How to prove such a simple inequality? Let $f\in C[0,\infty)\cap C^1(0,\infty)$ be an increasing convex function with $f(0)=0$ $\lim_{t->\infty}\frac{f(t)}{t}=+\infty$ and $\frac{df}{dt} \ge 1$. 
Then there exists constants $C$ and $T$ such that for any $t\in [T,\infty)$, $\frac{df}{dt}\le Ce^{f(t)}.$
Is it correct? If the conditions are not enough, please add some condition and prove it. Thank you
 A: It is false if there is no constraints on the limit of the derivative when $t$ goes to $0$. Let $f(t) = \sqrt t$. We see that $f(t)$ is an increasing function.
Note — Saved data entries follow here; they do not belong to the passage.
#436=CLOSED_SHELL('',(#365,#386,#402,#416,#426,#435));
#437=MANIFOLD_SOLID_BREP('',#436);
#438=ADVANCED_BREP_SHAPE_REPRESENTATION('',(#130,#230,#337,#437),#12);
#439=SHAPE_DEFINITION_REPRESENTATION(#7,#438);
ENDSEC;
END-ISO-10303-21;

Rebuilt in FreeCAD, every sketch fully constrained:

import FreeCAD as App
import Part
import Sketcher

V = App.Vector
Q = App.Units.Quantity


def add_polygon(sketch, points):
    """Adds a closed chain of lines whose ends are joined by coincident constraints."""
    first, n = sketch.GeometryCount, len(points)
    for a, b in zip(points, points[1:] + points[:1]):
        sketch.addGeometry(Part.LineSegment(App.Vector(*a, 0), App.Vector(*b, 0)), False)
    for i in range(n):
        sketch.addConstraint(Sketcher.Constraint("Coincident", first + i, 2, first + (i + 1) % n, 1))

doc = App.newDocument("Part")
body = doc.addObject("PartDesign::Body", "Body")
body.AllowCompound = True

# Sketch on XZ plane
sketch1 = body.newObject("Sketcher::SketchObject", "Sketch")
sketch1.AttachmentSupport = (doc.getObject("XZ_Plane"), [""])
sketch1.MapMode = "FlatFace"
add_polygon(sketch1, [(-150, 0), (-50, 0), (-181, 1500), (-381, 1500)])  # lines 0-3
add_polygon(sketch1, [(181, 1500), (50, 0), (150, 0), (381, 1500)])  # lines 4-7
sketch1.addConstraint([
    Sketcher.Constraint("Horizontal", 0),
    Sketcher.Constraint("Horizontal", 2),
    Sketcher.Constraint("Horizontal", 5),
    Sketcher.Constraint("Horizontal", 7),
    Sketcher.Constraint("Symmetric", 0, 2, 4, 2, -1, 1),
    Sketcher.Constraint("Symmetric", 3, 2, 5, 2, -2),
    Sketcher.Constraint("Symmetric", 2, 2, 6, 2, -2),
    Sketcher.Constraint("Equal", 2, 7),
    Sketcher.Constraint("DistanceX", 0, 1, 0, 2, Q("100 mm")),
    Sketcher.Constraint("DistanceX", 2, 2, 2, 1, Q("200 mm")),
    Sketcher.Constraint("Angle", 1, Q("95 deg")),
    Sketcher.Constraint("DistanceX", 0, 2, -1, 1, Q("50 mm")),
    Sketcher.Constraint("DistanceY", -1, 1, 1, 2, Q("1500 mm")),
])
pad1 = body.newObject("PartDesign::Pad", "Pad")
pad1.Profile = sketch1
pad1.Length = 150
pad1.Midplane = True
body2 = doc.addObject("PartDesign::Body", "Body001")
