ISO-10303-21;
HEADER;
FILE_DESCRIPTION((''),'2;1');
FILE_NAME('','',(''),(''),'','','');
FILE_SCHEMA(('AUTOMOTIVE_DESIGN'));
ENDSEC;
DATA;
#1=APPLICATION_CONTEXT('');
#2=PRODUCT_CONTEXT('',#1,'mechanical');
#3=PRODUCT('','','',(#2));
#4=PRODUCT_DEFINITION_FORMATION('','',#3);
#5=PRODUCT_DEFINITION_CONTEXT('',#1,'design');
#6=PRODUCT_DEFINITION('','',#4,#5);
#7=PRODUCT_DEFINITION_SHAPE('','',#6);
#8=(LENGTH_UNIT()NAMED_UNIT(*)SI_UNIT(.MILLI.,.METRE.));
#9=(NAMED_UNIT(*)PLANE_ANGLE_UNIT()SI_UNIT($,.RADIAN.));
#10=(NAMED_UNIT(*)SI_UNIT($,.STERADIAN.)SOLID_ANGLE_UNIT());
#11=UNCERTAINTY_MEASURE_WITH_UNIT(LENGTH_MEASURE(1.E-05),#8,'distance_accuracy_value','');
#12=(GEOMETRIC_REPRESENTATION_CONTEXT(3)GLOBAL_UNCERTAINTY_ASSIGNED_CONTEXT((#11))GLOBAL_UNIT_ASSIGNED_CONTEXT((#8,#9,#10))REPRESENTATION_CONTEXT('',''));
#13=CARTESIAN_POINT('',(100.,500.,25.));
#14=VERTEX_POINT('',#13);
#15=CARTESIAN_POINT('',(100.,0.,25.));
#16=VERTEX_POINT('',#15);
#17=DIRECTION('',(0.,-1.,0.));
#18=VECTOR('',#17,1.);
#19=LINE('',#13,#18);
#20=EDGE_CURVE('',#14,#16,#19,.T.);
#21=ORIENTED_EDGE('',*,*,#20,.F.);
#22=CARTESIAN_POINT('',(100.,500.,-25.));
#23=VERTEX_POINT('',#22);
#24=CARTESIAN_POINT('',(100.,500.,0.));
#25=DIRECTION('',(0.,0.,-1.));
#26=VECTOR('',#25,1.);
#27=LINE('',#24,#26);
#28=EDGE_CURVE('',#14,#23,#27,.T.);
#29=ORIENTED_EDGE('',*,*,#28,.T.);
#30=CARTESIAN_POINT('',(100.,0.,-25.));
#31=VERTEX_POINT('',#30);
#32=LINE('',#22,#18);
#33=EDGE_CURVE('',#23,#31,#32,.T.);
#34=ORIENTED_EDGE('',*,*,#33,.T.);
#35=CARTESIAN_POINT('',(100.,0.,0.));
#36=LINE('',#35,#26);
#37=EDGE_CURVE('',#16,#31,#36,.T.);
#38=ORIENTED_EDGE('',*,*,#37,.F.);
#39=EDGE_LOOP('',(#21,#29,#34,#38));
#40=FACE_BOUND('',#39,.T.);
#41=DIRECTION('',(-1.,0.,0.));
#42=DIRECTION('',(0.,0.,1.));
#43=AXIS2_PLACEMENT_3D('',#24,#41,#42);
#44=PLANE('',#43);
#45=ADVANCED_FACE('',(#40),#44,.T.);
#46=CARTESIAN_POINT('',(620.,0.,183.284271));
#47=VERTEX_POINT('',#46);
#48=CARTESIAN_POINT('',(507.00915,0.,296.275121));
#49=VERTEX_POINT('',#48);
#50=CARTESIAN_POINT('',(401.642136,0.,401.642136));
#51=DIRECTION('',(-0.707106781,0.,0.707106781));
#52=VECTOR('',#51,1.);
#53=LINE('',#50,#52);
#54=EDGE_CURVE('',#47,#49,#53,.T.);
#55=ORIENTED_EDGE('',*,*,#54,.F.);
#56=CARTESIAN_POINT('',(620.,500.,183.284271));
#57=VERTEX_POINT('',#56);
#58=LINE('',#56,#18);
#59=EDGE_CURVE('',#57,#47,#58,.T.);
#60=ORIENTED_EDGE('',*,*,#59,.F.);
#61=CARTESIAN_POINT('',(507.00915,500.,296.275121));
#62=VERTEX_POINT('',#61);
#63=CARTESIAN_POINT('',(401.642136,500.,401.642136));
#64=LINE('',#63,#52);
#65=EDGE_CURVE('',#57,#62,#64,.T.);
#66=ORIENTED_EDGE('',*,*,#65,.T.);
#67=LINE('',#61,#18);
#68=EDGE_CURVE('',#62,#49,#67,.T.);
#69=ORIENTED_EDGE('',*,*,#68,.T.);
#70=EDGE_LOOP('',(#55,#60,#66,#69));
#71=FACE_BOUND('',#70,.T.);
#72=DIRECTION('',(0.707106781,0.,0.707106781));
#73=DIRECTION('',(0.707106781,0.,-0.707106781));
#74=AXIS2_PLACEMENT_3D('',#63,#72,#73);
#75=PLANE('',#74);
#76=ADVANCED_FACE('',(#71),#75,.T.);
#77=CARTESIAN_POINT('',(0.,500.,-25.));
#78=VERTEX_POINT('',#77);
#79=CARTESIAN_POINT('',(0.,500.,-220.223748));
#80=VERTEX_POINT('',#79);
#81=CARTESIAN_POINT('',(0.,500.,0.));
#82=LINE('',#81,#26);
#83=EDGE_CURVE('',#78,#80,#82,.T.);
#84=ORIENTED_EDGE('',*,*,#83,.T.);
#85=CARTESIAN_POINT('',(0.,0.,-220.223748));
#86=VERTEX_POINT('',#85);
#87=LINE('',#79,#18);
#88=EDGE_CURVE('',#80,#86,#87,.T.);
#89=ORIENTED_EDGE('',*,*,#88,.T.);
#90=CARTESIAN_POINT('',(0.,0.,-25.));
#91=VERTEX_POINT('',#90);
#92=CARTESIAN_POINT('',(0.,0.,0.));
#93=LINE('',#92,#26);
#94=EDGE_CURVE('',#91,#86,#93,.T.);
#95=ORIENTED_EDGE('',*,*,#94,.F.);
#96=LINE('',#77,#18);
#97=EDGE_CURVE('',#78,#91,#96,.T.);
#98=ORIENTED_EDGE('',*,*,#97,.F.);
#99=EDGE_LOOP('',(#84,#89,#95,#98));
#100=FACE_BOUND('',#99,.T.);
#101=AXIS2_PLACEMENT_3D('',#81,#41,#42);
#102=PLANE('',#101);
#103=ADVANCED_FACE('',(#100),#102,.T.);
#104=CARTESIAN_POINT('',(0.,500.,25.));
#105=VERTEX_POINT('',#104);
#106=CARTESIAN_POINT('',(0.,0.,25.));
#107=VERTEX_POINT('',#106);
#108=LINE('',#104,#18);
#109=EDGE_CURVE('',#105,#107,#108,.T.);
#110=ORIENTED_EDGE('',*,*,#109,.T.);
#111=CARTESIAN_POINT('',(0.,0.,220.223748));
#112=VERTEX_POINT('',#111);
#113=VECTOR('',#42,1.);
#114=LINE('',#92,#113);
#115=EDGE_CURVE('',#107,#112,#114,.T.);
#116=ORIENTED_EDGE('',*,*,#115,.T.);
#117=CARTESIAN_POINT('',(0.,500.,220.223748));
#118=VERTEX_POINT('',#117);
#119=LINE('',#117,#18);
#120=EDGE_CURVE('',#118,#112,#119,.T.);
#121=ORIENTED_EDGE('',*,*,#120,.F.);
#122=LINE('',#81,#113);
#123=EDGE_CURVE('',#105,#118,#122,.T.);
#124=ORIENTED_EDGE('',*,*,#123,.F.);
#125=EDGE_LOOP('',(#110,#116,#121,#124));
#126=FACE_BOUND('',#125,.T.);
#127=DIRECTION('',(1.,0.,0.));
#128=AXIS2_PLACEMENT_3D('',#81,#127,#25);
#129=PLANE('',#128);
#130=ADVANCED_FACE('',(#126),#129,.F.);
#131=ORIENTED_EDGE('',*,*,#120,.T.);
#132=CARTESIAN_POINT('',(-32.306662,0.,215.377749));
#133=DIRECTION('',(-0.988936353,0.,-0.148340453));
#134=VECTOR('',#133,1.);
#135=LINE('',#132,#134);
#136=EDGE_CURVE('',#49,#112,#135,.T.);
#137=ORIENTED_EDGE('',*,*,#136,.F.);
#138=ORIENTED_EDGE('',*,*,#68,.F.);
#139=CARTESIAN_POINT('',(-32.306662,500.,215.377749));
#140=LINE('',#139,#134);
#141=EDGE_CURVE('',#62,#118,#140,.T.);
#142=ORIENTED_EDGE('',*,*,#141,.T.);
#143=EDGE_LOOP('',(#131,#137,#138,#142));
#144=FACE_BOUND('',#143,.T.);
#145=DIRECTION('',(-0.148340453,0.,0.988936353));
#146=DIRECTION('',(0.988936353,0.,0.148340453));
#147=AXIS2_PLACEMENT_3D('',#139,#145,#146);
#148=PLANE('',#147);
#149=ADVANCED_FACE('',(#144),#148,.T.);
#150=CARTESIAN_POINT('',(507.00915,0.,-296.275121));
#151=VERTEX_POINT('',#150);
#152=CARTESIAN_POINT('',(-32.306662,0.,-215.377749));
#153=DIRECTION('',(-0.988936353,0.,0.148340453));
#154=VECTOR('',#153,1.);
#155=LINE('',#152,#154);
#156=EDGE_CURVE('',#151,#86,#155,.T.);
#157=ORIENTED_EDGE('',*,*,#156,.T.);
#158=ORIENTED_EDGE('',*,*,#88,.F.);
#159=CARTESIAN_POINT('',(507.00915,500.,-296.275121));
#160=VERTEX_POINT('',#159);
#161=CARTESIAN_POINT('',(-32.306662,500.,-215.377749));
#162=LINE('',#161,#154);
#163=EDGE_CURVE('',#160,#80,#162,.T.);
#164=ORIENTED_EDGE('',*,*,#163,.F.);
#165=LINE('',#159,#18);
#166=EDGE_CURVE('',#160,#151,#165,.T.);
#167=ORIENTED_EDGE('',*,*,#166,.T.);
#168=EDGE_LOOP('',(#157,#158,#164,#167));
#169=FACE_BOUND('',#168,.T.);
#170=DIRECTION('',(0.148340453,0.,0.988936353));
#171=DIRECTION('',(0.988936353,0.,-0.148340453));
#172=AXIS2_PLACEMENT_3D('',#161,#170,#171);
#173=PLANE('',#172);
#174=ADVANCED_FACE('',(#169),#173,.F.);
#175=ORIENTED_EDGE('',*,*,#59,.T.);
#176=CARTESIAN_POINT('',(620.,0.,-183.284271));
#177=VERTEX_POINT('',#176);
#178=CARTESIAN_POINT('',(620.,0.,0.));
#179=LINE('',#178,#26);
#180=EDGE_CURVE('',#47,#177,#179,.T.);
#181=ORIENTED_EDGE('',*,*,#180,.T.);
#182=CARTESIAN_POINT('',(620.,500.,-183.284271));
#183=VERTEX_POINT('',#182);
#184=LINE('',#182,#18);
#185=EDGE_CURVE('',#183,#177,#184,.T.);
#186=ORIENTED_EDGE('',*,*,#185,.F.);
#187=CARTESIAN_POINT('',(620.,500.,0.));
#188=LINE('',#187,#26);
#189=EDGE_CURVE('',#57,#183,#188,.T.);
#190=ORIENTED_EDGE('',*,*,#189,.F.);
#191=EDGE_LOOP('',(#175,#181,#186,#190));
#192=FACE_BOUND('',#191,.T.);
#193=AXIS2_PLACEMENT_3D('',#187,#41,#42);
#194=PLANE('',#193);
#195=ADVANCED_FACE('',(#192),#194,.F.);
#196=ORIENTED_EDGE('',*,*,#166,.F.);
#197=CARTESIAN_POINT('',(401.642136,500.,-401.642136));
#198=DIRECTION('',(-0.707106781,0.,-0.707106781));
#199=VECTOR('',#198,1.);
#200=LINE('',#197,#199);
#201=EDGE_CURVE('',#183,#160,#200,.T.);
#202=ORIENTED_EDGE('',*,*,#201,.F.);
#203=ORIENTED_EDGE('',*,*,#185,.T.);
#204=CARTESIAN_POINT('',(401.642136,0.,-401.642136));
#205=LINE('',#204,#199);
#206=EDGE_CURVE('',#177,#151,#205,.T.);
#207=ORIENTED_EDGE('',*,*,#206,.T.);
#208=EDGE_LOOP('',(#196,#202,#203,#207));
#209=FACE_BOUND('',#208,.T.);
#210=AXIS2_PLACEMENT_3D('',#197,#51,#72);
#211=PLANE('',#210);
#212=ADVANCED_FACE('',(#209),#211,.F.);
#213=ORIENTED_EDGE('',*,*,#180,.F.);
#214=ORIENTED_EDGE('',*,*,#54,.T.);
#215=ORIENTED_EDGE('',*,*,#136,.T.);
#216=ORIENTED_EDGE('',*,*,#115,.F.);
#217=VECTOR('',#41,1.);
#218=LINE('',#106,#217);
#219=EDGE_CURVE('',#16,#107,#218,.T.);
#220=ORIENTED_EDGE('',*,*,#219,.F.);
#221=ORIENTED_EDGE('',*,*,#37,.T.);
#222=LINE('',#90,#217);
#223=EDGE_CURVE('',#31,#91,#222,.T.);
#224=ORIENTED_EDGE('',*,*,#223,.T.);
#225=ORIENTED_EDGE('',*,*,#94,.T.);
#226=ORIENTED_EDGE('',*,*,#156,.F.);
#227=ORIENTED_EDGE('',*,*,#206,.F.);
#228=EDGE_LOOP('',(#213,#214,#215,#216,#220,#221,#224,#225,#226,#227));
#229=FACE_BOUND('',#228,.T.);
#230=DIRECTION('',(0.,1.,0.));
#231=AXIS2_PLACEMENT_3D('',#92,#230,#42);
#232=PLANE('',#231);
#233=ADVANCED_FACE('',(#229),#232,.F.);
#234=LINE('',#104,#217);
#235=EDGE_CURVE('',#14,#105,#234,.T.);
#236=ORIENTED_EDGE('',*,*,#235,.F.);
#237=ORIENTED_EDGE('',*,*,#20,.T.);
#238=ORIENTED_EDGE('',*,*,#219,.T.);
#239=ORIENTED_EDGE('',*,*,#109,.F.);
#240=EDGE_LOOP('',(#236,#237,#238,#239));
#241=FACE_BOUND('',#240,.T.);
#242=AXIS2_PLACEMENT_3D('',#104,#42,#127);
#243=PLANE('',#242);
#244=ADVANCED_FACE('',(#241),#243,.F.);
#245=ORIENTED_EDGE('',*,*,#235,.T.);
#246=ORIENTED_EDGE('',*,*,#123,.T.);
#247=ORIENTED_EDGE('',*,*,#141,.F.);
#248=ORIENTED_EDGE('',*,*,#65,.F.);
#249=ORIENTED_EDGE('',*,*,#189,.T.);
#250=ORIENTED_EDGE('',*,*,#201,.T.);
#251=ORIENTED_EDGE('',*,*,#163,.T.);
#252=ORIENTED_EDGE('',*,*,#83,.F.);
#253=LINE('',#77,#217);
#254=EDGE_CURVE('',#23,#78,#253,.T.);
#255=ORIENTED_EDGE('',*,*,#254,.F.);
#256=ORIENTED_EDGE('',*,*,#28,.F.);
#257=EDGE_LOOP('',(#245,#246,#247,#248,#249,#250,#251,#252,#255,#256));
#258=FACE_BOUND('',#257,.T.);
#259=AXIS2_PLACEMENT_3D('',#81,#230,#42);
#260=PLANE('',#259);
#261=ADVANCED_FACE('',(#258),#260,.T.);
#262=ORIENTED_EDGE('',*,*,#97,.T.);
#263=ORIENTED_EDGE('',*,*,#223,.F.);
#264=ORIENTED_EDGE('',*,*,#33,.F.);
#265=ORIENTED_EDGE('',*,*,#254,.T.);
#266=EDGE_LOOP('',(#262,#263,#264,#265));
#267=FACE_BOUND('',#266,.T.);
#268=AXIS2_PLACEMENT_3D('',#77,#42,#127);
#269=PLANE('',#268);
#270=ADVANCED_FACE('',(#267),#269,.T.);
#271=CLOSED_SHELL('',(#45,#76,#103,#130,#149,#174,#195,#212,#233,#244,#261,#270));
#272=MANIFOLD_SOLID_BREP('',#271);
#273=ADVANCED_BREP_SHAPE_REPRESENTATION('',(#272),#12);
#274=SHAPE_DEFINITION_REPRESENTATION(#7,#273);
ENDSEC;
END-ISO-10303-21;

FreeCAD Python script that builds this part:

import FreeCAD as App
import Part
import Sketcher

V = App.Vector


def add_polygon(sketch, points):
    """Adds a closed chain of lines whose ends are joined by coincident constraints."""
    first, n = sketch.GeometryCount, len(points)
    for a, b in zip(points, points[1:] + points[:1]):
        sketch.addGeometry(Part.LineSegment(App.Vector(*a, 0), App.Vector(*b, 0)), False)
    for i in range(n):
        sketch.addConstraint(Sketcher.Constraint("Coincident", first + i, 2, first + (i + 1) % n, 1))

doc = App.newDocument("Part")
body = doc.addObject("PartDesign::Body", "Body")

# Sketch on XZ plane
sketch1 = doc.addObject("Sketcher::SketchObject", "Sketch")
body.addObject(sketch1)
sketch1.AttachmentSupport = (doc.XZ_Plane, [""])
sketch1.MapMode = "FlatFace"
add_polygon(sketch1, [(100, -25), (100, 25), (0, 25), (0, 220.223748), (507.00915, 296.275121), (620, 183.284271), (620, -183.284271), (507.00915, -296.275121), (0, -220.223748), (0, -25)])  # lines 0-9
sketch1.addConstraint([
    Sketcher.Constraint("Vertical", 0),
    Sketcher.Constraint("Horizontal", 1),
    Sketcher.Constraint("Vertical", 2),
    Sketcher.Constraint("Vertical", 5),
    Sketcher.Constraint("Vertical", 8),
    Sketcher.Constraint("Horizontal", 9),
    Sketcher.Constraint("Symmetric", 2, 2, 7, 2, -1, 1),
    Sketcher.Constraint("Symmetric", 3, 2, 6, 2, -1),
    Sketcher.Constraint("Symmetric", 1, 2, 8, 2, -1),
    Sketcher.Constraint("Perpendicular", 4, 6),
    Sketcher.Constraint("Equal", 4, 6),
    Sketcher.Constraint("DistanceX", 1, 2, 1, 1, 100.0),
Then $f'(t) = \frac 1{2\sqrt t}$ and since $f(t)$ is bounded in the interval say $[0,1]$, for any constant $C$, $Ce^{f(t)}$ is bounded in $[0,1]$. But $f'(t)$ is not, so this is not possible.
Maybe the actual question puts some more constraints on $f$ : here I used the fact that it is possible that the derivative of $f$ goes to infinity as $t \to 0$. Perhaps you might ask for the derivative to have a limit when $t \to 0^+$?
Hope that helps,
A: It is false as can be seen by the following proof by contradiction.  Suppose it is true, and such a $C$ and $T$ exist.  Then consider the following sequence of functions $f_n(t)=n(t-T) + 1+2T$ for $t\geq T$ and then extend $f_n$ smoothly for $t < T$ while keeping $f_n > 1$ and  $f_n'\geq 1$.  Then we have that $f_n'(T) \leq Ce^{f(T)}$, and $f_n'(T)=nT$ and $e^{f(T)}=e^{1+2T}$, hence the inequality would say that $nT \leq Ce^{1+2T}$ or $C \geq nTe^{-(1+2T)}$ which is a contradiction as $n\to\infty$.
NOTE:  I assumed that you do not want the constants to depend on $f$ (as this would change the problem).
A: Here are some more details on my answer in the comment above.  Let
$$ g_n(t) = 2^{-n}\left(\frac{1}{\pi}\arctan\left(2^ne^{4n}\pi(t-n)\right) + \frac{1}{2}\right).$$
Note that $|g_n(t)| \leq 2^{-n}$ and $g_n'(t) \geq 0$ for all $t$ and in particular $g_n'(n) = e^{4n}$.
Now define
$$f(t) = t + 2 + \sum_{n=1}^\infty g_n(t).$$
You should verify that this series actually converges and $f\in C^1$ (this is not hard).  Then $|f(t)| \leq t + 3$ and $f'(n) = 1 + e^{4n}$.  If the statement were true, then there would exist $C$ such that
$$e^{4n} \leq Ce^{n+3},$$
for all integers $n$ which is a contradiction.